• Data excerpts
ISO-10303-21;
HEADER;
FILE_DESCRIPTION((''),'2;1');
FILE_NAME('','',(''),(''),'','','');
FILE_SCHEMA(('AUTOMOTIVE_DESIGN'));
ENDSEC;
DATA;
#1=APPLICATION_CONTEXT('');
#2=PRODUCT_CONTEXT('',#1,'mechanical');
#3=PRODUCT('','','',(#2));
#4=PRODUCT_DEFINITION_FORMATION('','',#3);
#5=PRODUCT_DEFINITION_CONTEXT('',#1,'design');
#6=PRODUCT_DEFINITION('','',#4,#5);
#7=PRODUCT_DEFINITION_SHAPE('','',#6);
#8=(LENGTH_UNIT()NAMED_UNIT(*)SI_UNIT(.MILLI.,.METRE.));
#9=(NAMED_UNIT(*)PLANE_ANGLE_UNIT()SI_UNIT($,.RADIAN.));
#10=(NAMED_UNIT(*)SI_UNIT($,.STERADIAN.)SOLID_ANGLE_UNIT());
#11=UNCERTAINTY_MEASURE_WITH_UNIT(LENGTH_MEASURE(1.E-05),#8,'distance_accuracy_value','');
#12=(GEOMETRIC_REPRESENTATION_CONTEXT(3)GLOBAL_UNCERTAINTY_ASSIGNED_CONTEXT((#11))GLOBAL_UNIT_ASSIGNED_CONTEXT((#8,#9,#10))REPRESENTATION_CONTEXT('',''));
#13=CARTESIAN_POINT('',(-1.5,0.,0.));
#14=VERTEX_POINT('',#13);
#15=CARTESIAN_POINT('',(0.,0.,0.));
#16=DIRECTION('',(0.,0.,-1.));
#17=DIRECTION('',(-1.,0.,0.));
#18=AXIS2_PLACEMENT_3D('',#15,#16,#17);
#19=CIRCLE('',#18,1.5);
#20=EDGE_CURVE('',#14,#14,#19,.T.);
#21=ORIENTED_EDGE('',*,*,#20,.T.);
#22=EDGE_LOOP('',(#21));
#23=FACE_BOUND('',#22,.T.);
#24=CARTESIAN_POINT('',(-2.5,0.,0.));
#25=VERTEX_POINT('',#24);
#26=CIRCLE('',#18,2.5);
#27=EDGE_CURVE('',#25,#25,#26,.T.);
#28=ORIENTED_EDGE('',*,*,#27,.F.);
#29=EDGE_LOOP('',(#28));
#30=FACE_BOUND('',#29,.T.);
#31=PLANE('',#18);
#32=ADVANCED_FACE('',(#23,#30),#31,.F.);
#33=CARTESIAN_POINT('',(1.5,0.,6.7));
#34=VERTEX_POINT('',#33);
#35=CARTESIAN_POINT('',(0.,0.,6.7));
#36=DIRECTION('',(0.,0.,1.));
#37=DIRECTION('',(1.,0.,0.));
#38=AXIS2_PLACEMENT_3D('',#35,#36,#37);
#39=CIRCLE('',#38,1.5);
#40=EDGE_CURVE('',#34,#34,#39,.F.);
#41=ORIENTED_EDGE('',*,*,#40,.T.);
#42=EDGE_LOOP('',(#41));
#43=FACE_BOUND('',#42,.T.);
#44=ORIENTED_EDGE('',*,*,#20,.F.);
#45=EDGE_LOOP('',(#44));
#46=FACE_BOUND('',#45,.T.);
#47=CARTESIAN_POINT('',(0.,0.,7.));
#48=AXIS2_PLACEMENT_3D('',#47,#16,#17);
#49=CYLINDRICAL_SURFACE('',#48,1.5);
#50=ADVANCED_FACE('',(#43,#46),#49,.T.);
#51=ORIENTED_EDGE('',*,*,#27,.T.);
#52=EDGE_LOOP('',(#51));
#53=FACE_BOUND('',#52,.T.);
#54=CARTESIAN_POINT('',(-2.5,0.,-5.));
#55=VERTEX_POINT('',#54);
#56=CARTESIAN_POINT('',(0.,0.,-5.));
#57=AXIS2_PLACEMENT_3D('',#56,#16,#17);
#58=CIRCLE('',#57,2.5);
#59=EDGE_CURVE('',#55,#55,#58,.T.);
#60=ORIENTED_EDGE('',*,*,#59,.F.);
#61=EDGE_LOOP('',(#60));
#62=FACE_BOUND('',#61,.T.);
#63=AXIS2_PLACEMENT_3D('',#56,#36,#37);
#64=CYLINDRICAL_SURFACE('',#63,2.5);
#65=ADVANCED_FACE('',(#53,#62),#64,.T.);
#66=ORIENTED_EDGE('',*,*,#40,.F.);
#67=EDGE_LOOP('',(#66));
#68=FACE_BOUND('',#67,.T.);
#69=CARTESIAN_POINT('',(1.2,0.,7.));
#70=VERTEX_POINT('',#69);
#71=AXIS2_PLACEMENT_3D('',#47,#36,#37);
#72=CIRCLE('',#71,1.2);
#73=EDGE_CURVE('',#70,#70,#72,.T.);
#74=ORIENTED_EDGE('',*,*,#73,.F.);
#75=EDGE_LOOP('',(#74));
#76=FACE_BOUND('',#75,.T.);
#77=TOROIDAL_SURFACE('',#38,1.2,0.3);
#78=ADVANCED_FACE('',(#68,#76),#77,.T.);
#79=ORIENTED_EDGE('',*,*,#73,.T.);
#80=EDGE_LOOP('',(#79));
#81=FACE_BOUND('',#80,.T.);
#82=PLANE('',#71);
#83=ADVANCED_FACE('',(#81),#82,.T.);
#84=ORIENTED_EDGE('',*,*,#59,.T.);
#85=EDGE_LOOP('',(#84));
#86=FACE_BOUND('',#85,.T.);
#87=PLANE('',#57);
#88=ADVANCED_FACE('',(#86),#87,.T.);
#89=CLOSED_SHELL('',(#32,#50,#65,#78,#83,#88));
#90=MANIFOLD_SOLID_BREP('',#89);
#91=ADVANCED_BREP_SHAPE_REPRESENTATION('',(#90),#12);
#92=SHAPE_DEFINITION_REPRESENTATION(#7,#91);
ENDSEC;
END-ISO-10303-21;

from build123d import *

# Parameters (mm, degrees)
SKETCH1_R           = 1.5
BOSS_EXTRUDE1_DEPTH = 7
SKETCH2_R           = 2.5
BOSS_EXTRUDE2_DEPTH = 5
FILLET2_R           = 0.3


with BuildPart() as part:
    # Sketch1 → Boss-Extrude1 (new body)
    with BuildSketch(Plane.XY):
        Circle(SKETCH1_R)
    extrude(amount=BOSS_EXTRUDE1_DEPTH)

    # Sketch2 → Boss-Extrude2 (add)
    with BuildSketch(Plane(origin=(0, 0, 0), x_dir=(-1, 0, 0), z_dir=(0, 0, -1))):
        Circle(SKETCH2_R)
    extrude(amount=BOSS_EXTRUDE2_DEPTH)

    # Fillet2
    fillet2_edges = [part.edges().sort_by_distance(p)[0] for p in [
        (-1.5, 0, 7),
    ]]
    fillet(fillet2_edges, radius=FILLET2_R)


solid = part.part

• AIM OF THE EXERCISE
Taking the entries above, write out exactly the lines starting with the line containing "#29=EDGE_LOOP('',(#28));" and going on through the line containing "#65=ADVANCED_FACE('',(#53,#62),#64,.T.);", both included, and nothing else.

• OUTPUT FOR THIS EXERCISE
#29=EDGE_LOOP('',(#28));
#30=FACE_BOUND('',#29,.T.);
#31=PLANE('',#18);
#32=ADVANCED_FACE('',(#23,#30),#31,.F.);
#33=CARTESIAN_POINT('',(1.5,0.,6.7));
#34=VERTEX_POINT('',#33);
#35=CARTESIAN_POINT('',(0.,0.,6.7));
#36=DIRECTION('',(0.,0.,1.));
#37=DIRECTION('',(1.,0.,0.));
#38=AXIS2_PLACEMENT_3D('',#35,#36,#37);
#39=CIRCLE('',#38,1.5);
#40=EDGE_CURVE('',#34,#34,#39,.F.);
#41=ORIENTED_EDGE('',*,*,#40,.T.);
#42=EDGE_LOOP('',(#41));
#43=FACE_BOUND('',#42,.T.);
#44=ORIENTED_EDGE('',*,*,#20,.F.);
#45=EDGE_LOOP('',(#44));
#46=FACE_BOUND('',#45,.T.);
#47=CARTESIAN_POINT('',(0.,0.,7.));
#48=AXIS2_PLACEMENT_3D('',#47,#16,#17);
#49=CYLINDRICAL_SURFACE('',#48,1.5);
#50=ADVANCED_FACE('',(#43,#46),#49,.T.);
#51=ORIENTED_EDGE('',*,*,#27,.T.);
#52=EDGE_LOOP('',(#51));
#53=FACE_BOUND('',#52,.T.);
#54=CARTESIAN_POINT('',(-2.5,0.,-5.));
#55=VERTEX_POINT('',#54);
#56=CARTESIAN_POINT('',(0.,0.,-5.));
#57=AXIS2_PLACEMENT_3D('',#56,#16,#17);
#58=CIRCLE('',#57,2.5);
#59=EDGE_CURVE('',#55,#55,#58,.T.);
#60=ORIENTED_EDGE('',*,*,#59,.F.);
#61=EDGE_LOOP('',(#60));
#62=FACE_BOUND('',#61,.T.);
#63=AXIS2_PLACEMENT_3D('',#56,#36,#37);
#64=CYLINDRICAL_SURFACE('',#63,2.5);
#65=ADVANCED_FACE('',(#53,#62),#64,.T.);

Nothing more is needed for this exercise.